What you are asked to do | The expected answer is the set of lines in the data below between the line holding "#197=ORIENTED_EDGE('',*,*,#34,.T.);" and the line holding "#224=ORIENTED_EDGE('',*,*,#156,.F.);", inclusive, written out exactly.
Provided data section start
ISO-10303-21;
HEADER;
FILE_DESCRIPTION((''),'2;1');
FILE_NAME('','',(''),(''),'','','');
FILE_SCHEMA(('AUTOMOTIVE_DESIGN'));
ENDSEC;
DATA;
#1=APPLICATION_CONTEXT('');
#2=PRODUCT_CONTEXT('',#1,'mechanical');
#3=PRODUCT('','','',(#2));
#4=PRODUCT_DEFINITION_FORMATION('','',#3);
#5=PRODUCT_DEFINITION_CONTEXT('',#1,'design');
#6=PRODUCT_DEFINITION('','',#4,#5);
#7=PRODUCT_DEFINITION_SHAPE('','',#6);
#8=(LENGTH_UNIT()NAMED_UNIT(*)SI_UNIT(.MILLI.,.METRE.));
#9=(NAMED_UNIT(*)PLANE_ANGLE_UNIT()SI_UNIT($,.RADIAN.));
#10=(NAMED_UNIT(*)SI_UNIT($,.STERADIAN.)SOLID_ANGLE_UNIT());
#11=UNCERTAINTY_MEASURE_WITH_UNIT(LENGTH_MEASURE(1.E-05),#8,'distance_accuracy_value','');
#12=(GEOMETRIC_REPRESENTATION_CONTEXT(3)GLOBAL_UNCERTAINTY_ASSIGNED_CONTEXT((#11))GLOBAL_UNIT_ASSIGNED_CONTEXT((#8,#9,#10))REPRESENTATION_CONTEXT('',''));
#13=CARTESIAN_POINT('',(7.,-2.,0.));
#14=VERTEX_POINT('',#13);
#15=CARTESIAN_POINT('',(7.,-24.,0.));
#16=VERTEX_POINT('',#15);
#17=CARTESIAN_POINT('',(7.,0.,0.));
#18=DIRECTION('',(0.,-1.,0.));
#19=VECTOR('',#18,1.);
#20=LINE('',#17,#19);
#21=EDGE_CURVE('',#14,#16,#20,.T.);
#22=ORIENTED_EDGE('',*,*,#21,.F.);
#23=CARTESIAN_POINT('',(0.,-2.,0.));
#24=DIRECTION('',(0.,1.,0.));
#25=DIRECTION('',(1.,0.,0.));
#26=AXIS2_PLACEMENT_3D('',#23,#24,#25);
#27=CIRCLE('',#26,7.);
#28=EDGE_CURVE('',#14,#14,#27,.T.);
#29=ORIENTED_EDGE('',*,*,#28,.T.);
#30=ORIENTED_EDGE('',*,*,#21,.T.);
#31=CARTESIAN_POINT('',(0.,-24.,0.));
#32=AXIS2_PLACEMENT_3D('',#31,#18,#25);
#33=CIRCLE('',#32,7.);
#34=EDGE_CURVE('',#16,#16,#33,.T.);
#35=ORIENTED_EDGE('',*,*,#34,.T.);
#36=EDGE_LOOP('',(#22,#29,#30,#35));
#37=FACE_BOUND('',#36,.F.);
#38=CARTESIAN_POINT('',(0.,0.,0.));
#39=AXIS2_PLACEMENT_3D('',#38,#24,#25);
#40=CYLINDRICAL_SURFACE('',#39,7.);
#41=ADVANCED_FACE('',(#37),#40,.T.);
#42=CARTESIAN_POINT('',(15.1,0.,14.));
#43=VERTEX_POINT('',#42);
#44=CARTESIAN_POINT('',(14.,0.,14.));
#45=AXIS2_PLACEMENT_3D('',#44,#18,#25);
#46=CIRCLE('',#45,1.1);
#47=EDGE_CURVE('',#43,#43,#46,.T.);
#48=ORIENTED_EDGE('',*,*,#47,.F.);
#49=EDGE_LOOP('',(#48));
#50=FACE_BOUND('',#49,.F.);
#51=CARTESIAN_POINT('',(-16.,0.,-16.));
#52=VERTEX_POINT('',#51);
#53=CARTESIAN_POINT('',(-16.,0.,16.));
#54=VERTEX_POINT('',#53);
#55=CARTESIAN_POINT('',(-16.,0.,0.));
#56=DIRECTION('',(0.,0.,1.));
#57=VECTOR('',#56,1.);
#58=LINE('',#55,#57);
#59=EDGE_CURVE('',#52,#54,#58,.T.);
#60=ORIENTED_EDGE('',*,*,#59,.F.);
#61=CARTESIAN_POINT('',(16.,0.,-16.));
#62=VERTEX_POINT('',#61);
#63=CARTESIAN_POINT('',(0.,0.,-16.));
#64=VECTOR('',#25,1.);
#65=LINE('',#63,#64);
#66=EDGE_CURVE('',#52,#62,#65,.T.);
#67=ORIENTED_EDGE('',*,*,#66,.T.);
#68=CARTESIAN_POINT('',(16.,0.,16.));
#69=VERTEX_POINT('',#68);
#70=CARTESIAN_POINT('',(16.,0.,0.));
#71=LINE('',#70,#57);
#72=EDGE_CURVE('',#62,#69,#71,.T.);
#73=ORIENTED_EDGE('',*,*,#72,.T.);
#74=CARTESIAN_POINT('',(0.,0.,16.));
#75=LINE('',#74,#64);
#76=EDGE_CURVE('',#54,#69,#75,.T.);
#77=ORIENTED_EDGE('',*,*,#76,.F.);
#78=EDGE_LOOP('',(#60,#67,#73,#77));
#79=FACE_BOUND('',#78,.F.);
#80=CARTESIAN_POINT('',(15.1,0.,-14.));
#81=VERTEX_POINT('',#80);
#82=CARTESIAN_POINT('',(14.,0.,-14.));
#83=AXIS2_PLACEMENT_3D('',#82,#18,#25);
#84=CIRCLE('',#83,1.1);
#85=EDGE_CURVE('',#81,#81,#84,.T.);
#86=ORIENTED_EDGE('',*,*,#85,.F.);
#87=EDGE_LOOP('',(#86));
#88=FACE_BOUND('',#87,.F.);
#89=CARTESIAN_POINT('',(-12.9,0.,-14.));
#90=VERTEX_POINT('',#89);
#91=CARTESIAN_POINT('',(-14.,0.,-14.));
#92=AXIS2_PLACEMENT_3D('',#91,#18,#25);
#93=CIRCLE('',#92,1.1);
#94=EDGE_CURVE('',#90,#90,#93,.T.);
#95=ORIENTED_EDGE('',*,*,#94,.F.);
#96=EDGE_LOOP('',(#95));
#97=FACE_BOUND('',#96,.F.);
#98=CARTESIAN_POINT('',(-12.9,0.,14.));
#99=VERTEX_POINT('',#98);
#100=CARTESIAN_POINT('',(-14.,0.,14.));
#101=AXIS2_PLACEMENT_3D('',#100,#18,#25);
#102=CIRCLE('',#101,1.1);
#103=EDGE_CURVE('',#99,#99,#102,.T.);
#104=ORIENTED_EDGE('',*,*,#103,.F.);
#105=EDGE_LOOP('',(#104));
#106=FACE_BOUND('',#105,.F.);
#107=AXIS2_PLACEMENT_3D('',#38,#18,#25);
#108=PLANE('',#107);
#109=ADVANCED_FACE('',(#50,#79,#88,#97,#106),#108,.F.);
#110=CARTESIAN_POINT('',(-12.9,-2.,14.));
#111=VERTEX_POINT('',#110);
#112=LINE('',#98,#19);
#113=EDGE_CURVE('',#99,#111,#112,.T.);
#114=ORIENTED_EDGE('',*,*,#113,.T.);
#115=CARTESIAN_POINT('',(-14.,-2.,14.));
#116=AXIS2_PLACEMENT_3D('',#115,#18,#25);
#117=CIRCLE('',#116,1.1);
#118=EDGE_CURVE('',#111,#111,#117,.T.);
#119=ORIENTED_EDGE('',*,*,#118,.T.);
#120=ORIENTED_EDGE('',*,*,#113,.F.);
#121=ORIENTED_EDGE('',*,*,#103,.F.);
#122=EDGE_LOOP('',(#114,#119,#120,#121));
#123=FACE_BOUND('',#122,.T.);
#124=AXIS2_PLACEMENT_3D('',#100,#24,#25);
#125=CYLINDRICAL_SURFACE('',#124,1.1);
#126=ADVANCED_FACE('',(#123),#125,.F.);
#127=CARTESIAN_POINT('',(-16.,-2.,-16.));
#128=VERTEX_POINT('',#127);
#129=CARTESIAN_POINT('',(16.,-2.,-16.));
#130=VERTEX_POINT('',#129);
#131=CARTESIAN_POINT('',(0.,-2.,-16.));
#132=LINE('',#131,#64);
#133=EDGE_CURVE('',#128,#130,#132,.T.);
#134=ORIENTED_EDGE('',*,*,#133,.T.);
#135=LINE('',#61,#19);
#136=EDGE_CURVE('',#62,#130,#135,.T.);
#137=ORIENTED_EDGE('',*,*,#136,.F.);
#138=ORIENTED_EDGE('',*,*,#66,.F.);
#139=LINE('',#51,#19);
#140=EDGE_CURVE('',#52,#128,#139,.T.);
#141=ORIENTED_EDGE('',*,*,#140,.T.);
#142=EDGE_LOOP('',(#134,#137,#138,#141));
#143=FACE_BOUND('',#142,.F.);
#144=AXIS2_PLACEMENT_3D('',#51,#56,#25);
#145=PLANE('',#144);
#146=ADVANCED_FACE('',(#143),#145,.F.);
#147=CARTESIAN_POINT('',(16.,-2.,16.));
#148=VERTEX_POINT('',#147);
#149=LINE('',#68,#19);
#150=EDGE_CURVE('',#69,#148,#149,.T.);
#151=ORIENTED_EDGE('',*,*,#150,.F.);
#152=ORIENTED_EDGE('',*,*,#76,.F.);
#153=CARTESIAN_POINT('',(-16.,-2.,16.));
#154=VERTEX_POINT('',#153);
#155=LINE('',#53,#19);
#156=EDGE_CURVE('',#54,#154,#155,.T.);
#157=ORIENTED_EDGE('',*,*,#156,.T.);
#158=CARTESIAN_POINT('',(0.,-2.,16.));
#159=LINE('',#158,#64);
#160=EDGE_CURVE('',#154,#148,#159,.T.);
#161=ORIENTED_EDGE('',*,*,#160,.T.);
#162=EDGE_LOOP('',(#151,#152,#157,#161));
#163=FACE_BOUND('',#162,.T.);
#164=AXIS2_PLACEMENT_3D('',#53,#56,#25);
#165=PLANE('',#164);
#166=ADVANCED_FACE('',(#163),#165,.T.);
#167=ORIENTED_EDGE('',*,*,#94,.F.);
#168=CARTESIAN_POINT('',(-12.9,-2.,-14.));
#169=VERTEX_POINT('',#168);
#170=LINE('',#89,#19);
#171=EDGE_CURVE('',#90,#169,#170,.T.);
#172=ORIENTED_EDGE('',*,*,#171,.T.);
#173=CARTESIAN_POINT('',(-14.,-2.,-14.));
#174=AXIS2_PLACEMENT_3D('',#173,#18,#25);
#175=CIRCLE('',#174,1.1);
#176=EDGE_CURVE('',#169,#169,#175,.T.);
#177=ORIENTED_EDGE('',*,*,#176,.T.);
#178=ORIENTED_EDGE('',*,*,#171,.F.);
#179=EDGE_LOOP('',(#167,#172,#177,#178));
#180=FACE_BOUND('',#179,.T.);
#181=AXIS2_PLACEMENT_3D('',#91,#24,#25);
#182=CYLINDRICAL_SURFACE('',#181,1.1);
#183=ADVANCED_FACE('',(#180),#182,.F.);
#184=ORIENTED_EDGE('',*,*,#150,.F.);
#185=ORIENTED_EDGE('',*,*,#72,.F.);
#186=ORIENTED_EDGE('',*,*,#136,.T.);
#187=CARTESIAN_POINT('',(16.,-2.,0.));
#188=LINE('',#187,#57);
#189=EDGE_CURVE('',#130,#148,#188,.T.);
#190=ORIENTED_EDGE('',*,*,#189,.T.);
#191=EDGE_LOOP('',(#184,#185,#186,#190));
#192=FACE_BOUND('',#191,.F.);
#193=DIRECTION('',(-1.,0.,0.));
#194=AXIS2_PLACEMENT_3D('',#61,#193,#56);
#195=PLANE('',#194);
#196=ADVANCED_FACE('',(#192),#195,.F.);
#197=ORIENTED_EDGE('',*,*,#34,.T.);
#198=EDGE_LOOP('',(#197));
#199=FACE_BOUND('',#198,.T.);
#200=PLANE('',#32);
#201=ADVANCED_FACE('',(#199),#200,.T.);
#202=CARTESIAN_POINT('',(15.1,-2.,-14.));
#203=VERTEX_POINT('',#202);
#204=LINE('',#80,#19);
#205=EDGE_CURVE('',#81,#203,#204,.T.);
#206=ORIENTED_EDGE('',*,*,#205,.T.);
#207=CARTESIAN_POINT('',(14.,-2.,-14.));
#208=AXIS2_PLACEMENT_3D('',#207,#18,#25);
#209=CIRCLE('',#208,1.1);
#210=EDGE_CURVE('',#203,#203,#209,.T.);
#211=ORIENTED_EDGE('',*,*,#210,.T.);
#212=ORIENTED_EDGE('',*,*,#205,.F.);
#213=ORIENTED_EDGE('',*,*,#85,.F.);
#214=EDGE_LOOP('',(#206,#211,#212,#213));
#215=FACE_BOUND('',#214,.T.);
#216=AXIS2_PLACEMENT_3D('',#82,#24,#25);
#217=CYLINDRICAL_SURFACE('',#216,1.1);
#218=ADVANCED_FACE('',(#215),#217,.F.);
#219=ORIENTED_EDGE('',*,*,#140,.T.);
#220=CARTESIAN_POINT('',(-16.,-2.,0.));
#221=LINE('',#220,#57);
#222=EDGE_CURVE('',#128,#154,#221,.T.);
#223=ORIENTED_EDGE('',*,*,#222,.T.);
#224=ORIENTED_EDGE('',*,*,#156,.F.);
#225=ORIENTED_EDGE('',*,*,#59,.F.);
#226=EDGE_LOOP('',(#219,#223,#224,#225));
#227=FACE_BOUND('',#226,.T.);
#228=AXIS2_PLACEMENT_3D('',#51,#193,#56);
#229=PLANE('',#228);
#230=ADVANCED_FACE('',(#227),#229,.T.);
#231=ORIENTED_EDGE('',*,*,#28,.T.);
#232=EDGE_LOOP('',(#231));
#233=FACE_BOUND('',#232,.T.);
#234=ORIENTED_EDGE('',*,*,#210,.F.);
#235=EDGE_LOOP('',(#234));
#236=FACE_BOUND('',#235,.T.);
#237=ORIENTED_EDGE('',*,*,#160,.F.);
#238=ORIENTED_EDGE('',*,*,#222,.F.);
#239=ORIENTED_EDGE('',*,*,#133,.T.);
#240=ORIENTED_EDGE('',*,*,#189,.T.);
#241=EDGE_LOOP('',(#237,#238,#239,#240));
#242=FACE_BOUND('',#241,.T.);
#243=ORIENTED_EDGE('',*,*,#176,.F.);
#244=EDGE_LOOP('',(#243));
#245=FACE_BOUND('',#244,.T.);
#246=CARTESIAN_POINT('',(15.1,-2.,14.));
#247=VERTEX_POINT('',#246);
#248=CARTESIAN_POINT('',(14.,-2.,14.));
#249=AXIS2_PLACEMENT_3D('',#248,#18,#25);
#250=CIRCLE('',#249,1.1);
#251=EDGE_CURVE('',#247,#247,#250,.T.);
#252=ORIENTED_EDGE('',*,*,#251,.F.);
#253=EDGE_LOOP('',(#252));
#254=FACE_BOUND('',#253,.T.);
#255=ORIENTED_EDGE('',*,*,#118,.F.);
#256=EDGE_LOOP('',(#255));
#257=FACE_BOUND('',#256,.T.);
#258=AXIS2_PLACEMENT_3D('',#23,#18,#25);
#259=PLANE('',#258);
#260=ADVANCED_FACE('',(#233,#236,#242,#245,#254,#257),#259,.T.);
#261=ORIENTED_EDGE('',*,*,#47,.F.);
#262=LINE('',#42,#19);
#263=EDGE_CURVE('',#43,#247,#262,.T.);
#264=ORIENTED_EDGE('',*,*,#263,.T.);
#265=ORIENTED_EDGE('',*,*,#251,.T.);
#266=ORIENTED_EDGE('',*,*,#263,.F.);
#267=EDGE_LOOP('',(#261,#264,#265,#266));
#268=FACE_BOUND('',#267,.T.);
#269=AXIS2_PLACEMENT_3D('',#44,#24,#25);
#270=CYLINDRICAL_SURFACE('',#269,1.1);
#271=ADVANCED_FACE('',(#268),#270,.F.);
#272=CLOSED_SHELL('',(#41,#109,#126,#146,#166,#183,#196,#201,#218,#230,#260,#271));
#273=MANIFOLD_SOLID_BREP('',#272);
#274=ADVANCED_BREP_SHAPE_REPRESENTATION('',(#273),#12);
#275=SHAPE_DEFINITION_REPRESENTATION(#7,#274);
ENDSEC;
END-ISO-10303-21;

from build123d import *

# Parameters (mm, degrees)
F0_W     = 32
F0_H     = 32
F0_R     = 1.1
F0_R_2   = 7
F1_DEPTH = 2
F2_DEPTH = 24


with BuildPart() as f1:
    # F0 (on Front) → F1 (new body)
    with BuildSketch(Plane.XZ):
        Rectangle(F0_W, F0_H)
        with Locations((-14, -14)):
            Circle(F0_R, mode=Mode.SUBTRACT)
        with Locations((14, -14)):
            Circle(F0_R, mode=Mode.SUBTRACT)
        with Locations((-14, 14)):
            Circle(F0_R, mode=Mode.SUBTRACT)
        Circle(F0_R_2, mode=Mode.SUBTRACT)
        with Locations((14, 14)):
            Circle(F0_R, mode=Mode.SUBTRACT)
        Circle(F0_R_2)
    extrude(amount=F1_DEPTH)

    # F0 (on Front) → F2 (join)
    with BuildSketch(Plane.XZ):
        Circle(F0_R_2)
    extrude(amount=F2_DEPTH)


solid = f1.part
Provided data section end
Task output |
#197=ORIENTED_EDGE('',*,*,#34,.T.);
#198=EDGE_LOOP('',(#197));
#199=FACE_BOUND('',#198,.T.);
#200=PLANE('',#32);
#201=ADVANCED_FACE('',(#199),#200,.T.);
#202=CARTESIAN_POINT('',(15.1,-2.,-14.));
#203=VERTEX_POINT('',#202);
#204=LINE('',#80,#19);
#205=EDGE_CURVE('',#81,#203,#204,.T.);
#206=ORIENTED_EDGE('',*,*,#205,.T.);
#207=CARTESIAN_POINT('',(14.,-2.,-14.));
#208=AXIS2_PLACEMENT_3D('',#207,#18,#25);
#209=CIRCLE('',#208,1.1);
#210=EDGE_CURVE('',#203,#203,#209,.T.);
#211=ORIENTED_EDGE('',*,*,#210,.T.);
#212=ORIENTED_EDGE('',*,*,#205,.F.);
#213=ORIENTED_EDGE('',*,*,#85,.F.);
#214=EDGE_LOOP('',(#206,#211,#212,#213));
#215=FACE_BOUND('',#214,.T.);
#216=AXIS2_PLACEMENT_3D('',#82,#24,#25);
#217=CYLINDRICAL_SURFACE('',#216,1.1);
#218=ADVANCED_FACE('',(#215),#217,.F.);
#219=ORIENTED_EDGE('',*,*,#140,.T.);
#220=CARTESIAN_POINT('',(-16.,-2.,0.));
#221=LINE('',#220,#57);
#222=EDGE_CURVE('',#128,#154,#221,.T.);
#223=ORIENTED_EDGE('',*,*,#222,.T.);
#224=ORIENTED_EDGE('',*,*,#156,.F.);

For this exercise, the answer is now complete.